Before clinical adaptation, ocular PA imaging requires numerous animal studies to verify the longitudinal performance stability of ocular PA measurements. Also, better understanding of early disease activity is important to apply PA imaging for ocular diseases detection. For example, knowing how early can PA detect retinal sO₂ changes in DR would be helpful in determining when to begin screening diabetic patients with the technology. Lastly, visual stimuli can cause neurovascular coupling in the retina, and have been reported to change retinal vessel diameter, blood flow, and retinal sO₂ [119], [120], [121]. The reported visual stimulus had a flicker frequency between 10 Hz and 60 Hz, with a stimulation time greater than 10 s [122]. These stimuli are vastly different from the visible light that is used for illumination in PAOM, which has a repeat frequency of up to several kilohertz. Still, studies examining how visible light illumination influences PAOM accuracy are needed.

5. Summary

This mini review briefly introduced ocular physiology, described prevalent ocular diseases that cause blindness, and summarized evidence of aberrant retinal sO₂ and RPE melanin concentration in these blinding diseases. We also described recent efforts to measure retinal sO₂ and RPE melanin concentration and discussed how PA imaging allows for the precise quantification of these parameters. We summarized recent developments in PA imaging that have improved both anterior and posterior segment imaging, and discussed potential areas of research that will facilitate adopting ocular PA imaging in the clinical setting.

Conflict of interest

Hao F. Zhang has financial interest in Opticent Inc., which, however, did not support any work in this review. Wenzhong Liu has no conflict of interest.

Biographies

Wenzhong Liu completed his B.S. in Biomedical Engineering from Tian Jin University, Tian Jin, China in 2008, and earned his M.S. in Biomedical Engineering from Shanghai Jiao Tong University, Shanghai, China in 2011. He is currently a Ph.D. candidate and a HHMI International Student Research Fellow in the Department of Biomedical Engineering at Northwestern University. He is interested in functional imaging of the eye.

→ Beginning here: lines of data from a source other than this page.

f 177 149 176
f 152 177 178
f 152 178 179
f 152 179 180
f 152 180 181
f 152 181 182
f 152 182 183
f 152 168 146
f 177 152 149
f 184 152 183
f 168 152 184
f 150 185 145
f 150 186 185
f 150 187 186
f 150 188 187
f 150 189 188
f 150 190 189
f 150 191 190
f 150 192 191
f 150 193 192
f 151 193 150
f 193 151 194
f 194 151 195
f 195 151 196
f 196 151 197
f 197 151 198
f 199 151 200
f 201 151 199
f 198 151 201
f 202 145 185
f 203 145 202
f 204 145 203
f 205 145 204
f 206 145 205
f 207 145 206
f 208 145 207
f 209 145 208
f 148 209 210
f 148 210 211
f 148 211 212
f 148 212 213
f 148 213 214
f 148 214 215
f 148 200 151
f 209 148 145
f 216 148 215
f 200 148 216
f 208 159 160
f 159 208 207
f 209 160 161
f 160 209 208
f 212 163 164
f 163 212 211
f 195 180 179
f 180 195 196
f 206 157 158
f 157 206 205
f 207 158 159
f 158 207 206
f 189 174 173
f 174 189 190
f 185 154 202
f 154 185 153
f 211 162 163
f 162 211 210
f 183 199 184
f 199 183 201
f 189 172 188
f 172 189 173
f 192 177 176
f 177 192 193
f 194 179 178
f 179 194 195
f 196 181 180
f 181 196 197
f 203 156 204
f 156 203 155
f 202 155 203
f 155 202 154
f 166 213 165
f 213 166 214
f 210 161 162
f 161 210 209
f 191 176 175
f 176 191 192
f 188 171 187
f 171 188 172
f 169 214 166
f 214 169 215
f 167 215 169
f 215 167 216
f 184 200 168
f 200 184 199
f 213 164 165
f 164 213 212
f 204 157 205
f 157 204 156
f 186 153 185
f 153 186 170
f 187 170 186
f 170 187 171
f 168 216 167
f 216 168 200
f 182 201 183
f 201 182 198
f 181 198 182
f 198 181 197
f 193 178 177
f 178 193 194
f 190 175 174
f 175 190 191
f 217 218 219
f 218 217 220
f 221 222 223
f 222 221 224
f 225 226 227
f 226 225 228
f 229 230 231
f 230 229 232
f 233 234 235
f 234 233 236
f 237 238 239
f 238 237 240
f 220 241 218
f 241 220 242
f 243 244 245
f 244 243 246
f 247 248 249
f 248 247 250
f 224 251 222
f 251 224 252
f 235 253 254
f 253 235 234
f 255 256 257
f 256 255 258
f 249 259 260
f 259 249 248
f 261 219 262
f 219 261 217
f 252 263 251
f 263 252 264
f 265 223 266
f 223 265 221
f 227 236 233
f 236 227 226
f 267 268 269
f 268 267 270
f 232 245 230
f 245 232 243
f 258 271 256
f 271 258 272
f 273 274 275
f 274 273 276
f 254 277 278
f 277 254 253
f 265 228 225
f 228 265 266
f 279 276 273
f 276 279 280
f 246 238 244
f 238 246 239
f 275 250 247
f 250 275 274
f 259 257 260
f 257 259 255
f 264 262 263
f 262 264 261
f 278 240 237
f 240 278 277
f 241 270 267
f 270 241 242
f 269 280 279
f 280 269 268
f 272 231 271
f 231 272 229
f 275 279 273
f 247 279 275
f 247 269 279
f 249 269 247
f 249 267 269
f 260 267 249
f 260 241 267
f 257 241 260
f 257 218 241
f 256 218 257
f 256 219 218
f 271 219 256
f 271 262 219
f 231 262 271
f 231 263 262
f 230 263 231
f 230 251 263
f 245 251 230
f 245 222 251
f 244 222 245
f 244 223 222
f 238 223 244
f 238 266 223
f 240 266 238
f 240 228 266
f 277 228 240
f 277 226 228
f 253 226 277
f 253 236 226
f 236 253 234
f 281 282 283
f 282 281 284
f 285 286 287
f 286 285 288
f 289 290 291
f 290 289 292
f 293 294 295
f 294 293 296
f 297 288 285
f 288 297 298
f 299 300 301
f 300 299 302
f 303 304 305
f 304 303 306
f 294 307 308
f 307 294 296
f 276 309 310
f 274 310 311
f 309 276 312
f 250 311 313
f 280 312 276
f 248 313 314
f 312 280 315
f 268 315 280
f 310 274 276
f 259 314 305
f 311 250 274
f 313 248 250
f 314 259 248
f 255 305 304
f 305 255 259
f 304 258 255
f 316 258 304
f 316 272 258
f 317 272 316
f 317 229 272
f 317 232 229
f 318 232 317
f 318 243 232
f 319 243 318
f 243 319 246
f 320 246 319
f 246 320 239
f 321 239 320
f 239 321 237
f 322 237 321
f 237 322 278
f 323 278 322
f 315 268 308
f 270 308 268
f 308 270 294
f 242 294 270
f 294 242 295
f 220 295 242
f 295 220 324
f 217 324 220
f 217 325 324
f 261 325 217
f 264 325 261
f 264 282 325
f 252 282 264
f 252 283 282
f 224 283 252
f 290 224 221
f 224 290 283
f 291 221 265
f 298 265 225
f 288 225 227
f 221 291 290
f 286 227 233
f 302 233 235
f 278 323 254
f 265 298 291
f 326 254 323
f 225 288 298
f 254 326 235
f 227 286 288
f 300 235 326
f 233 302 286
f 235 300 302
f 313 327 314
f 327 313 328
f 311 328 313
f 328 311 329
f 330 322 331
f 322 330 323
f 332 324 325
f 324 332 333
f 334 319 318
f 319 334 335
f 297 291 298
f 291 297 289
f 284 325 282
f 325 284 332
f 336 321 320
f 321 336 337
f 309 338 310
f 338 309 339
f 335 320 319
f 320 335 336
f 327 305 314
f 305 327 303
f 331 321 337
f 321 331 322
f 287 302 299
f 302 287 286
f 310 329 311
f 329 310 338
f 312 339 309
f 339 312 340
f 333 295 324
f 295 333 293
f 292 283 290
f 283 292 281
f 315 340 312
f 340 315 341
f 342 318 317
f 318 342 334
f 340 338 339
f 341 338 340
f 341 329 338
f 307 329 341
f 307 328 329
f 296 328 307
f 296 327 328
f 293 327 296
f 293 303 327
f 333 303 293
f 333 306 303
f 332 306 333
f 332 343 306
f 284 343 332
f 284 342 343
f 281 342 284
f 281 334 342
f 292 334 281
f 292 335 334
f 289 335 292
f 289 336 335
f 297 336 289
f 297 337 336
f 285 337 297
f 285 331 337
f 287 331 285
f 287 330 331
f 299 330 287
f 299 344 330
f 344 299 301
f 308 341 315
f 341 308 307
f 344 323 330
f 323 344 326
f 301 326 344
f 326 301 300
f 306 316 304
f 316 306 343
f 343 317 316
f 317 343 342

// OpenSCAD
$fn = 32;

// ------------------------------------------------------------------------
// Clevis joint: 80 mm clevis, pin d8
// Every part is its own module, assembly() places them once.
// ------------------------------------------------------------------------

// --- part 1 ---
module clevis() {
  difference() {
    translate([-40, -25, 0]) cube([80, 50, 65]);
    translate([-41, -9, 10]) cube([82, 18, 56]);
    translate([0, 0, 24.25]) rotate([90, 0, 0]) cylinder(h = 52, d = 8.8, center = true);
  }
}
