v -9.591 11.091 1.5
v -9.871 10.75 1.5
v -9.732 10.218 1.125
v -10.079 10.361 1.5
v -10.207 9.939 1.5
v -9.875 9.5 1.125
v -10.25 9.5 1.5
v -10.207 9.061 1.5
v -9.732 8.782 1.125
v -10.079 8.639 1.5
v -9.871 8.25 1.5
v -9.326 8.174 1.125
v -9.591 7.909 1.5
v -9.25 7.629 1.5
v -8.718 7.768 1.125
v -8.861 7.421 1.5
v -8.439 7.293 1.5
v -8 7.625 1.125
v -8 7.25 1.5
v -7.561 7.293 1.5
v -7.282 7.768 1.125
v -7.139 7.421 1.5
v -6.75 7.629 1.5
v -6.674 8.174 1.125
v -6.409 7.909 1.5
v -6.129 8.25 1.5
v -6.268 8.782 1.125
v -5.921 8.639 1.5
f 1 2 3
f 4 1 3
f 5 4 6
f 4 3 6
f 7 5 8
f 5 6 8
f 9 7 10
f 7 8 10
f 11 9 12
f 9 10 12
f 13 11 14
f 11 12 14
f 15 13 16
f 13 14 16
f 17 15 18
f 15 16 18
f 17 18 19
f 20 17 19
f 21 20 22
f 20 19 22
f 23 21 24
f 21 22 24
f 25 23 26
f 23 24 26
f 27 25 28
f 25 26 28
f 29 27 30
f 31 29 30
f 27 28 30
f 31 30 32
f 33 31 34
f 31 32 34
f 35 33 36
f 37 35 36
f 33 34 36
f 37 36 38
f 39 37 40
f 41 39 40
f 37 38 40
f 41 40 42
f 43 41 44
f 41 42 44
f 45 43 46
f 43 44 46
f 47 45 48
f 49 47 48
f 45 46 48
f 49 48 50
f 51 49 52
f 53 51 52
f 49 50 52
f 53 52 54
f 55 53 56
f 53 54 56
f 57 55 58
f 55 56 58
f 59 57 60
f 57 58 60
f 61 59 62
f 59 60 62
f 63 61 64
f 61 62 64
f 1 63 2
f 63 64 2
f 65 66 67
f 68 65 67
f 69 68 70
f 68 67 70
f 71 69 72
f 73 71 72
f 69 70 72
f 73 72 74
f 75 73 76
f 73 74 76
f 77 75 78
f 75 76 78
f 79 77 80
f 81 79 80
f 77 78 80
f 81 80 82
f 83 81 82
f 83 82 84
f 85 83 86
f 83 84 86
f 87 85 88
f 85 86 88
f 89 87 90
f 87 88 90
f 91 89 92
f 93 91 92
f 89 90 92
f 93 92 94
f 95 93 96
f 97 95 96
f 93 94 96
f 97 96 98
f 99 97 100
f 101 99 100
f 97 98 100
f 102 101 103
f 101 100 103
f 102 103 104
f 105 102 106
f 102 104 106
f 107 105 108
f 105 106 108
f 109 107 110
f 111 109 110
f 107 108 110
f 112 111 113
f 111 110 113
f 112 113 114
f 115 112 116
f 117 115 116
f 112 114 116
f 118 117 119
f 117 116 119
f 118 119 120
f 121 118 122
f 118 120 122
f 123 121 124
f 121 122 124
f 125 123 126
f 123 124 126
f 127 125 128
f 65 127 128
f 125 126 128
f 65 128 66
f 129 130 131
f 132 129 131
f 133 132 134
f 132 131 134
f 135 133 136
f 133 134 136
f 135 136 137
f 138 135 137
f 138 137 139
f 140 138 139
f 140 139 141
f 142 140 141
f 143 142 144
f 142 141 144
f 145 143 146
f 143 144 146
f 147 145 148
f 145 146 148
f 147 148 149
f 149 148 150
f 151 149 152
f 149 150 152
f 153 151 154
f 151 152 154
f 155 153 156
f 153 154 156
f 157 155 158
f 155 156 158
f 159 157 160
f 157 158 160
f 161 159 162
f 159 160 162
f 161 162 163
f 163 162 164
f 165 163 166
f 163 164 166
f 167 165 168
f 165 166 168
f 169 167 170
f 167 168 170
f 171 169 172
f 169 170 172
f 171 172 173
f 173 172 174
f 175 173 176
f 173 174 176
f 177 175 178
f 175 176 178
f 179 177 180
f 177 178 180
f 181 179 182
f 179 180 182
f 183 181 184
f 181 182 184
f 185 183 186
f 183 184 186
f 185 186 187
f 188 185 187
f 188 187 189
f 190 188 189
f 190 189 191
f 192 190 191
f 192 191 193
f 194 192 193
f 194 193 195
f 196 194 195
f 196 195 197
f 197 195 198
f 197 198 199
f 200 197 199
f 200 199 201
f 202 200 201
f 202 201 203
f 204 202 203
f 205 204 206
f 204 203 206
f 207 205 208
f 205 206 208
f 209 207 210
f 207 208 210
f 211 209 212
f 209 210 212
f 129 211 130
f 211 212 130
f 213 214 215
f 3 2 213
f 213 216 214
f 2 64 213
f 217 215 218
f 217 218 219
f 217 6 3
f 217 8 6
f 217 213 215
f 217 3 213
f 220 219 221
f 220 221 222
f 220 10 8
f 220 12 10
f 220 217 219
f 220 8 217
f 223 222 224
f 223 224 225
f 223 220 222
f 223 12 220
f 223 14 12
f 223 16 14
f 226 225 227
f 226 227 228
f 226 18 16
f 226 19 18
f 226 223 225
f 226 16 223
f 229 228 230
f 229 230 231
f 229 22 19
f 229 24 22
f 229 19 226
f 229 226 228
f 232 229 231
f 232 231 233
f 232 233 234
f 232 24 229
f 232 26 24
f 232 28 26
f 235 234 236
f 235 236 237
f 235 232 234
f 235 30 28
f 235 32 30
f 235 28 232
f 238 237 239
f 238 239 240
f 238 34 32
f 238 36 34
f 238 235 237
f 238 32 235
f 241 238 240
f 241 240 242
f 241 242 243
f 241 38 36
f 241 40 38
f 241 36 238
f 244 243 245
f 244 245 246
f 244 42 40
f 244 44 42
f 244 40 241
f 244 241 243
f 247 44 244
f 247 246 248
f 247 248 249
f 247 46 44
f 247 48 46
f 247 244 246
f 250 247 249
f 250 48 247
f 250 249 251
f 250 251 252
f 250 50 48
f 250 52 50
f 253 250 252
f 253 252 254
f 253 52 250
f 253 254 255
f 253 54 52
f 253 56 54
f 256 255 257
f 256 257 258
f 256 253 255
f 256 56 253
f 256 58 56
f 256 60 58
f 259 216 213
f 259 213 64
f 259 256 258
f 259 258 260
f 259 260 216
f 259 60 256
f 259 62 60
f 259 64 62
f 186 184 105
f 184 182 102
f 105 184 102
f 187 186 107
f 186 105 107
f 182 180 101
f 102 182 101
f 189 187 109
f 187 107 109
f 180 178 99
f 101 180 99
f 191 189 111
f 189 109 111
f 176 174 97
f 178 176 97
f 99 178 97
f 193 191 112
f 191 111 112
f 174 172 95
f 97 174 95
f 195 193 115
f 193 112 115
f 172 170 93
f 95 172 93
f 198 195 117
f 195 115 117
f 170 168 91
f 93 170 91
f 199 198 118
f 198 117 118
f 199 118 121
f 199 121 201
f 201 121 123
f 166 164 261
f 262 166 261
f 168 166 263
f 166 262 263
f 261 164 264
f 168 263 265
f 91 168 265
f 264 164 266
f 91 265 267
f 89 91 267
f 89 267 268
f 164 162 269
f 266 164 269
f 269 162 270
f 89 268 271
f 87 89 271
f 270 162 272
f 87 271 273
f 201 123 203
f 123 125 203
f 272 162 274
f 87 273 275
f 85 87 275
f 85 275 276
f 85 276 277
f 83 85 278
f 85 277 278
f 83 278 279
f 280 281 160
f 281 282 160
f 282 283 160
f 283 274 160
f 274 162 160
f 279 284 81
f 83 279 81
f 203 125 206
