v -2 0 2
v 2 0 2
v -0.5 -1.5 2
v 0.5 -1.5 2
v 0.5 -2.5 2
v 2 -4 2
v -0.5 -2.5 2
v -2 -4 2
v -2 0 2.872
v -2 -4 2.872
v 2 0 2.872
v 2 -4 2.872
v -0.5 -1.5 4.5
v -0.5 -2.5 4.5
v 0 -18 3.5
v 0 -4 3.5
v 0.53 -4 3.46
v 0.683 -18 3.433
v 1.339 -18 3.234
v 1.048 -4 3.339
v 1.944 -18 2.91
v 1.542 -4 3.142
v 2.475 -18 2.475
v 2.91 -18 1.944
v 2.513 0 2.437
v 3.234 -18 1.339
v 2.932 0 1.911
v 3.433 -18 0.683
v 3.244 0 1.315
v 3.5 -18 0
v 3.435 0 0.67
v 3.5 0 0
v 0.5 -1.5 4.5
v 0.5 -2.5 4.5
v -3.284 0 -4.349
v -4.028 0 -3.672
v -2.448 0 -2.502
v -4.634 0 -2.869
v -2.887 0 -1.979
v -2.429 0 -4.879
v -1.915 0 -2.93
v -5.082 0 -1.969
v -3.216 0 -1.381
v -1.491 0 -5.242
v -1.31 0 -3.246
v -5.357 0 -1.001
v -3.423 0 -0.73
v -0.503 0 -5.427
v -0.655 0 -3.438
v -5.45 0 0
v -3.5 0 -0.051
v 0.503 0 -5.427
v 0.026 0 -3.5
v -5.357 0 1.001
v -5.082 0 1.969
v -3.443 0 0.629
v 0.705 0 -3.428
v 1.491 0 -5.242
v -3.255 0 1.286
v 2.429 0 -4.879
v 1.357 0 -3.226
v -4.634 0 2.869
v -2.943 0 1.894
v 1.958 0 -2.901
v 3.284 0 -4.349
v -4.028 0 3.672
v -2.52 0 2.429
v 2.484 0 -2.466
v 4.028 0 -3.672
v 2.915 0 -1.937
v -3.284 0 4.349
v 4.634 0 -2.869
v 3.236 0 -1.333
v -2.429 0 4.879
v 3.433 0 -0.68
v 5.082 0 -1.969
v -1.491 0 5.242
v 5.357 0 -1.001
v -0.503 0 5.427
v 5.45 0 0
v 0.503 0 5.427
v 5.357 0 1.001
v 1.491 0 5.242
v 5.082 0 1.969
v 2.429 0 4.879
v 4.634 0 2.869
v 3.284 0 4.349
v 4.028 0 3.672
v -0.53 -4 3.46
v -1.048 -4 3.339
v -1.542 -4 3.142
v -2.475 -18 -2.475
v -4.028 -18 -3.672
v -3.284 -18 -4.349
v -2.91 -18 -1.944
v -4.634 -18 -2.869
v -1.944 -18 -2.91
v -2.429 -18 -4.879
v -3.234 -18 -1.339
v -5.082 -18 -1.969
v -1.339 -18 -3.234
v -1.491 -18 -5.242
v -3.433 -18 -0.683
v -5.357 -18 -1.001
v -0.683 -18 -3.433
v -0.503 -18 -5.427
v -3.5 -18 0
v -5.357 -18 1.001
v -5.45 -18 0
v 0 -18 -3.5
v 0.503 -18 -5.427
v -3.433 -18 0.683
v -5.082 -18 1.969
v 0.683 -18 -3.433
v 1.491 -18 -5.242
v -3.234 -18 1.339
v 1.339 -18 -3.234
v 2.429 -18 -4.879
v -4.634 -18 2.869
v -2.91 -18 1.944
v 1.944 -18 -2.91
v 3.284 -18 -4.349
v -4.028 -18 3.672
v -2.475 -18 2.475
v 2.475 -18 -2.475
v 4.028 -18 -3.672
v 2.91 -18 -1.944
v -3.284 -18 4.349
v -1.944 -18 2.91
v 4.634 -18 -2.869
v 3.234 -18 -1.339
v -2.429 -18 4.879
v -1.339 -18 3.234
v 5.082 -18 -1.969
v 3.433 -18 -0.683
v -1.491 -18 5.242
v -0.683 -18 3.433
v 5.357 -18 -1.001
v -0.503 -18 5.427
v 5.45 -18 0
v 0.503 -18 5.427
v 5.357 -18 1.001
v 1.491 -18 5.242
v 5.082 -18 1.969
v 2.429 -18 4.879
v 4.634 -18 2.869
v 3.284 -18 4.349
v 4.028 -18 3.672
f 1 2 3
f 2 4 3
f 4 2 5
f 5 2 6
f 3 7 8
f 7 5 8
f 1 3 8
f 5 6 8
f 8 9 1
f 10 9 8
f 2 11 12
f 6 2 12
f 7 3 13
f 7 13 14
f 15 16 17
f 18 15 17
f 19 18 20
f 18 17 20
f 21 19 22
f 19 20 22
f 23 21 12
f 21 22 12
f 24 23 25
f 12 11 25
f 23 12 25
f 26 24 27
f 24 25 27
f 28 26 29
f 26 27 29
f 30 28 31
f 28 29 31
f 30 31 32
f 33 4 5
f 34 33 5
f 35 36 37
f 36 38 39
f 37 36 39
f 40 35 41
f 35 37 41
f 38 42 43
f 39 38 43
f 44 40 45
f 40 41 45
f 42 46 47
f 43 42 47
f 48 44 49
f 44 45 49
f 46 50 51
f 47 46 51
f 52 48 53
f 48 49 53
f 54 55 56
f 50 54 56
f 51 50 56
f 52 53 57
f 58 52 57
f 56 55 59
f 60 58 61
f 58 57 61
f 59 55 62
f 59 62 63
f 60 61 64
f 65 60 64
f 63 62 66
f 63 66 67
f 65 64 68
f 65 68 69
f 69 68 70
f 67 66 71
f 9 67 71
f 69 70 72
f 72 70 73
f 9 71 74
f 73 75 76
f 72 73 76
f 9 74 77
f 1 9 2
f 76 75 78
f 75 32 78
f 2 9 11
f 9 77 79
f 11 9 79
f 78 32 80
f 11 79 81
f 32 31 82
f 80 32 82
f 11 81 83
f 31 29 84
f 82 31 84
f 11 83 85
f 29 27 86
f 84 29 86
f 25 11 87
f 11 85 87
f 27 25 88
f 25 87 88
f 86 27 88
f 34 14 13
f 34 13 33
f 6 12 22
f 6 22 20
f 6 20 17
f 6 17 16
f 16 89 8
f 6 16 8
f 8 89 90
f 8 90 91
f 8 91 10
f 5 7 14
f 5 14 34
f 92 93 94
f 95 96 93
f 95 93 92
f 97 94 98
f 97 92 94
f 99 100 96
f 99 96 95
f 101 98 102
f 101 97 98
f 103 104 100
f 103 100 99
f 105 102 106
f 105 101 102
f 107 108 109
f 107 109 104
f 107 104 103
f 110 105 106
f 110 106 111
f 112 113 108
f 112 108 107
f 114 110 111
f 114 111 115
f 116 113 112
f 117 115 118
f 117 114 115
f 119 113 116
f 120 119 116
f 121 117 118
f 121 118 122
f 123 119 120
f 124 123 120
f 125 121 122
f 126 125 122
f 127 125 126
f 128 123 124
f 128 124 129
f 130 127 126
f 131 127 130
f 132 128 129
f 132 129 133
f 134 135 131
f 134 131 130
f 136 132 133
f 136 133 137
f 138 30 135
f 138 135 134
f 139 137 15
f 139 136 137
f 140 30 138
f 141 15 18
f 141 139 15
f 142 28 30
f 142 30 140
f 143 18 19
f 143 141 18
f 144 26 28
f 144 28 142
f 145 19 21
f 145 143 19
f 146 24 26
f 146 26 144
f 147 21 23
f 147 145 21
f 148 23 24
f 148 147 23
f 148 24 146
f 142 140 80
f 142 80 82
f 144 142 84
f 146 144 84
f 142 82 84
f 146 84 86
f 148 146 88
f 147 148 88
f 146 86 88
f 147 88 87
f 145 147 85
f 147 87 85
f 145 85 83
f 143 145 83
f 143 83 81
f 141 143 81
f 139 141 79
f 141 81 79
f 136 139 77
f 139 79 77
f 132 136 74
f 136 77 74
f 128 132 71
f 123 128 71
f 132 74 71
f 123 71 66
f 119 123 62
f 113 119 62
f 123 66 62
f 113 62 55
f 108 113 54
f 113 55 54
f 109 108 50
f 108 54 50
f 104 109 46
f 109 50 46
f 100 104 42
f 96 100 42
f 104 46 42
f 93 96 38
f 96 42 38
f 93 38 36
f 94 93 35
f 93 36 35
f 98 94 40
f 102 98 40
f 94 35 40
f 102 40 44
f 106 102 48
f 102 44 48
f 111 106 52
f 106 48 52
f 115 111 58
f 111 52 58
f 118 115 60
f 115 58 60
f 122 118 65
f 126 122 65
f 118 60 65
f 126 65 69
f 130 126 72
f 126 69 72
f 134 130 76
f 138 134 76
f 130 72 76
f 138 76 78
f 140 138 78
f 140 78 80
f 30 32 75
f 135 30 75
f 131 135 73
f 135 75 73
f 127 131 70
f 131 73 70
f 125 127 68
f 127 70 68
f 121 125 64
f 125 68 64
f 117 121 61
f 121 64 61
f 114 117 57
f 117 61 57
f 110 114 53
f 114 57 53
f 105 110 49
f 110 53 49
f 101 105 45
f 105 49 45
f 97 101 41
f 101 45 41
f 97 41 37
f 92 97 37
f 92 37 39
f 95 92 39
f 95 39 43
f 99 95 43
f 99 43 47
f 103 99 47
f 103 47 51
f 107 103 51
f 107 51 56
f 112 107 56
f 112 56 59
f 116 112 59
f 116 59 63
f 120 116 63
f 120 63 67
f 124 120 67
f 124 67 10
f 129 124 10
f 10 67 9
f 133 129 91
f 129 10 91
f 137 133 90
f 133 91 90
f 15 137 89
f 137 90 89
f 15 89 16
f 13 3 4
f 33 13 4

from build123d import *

# Parameters (mm, degrees)
F0_R     = 5.45
F1_DEPTH = 18
F2_E2_W  = 4
F2_E2_H  = 4
F3_DEPTH = 1.5
F4_W     = 1
F4_H     = 1
F5_DEPTH = 2.5


with BuildPart() as f1:
    # F0 (on Front) → F1 (new body)
    with BuildSketch(Plane.XZ):
        Circle(F0_R)
        with BuildLine():
            ThreePointArc((0, 3.5), (2.4748737342, 2.4748737342), (3.5, 0))
            ThreePointArc((3.5, 0), (-2.4748737342, -2.4748737342), (0, 3.5))
        make_face(mode=Mode.SUBTRACT)
    extrude(amount=F1_DEPTH)

    # F2_E2 (on explicit) → F3 (join)
    with BuildSketch(Plane(origin=(2, 0, 3.5), x_dir=(-1, 0, 0), z_dir=(0, 0, 1))):
        with Locations((2, 2)):
            Rectangle(F2_E2_W, F2_E2_H)
    extrude(amount=-F3_DEPTH)

    # F4 (on face) → F5 (cut)
    with BuildSketch(Plane(origin=(0, 0, 2), x_dir=(1, 0, 0), z_dir=(0, 0, -1))):
        with Locations((0, 2)):
            Rectangle(F4_W, F4_H)
    extrude(amount=-F5_DEPTH, mode=Mode.SUBTRACT)


solid = f1.part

Hao F. Zhang received his Ph.D. in Biomedical Engineering from Texas A&M University, College Station, TX in 2006. From 2006 to 2007, he was a post-doctoral fellow at Washington University in St. Louis, St. Louis, MO. He is currently an Associate Professor in the Department of Biomedical Engineering and Department of Ophthalmology at Northwestern University, Evanston, IL. His research interests include optical microscopy, nonlinear optics, laser-tissue interaction, retinal imaging, and image processing.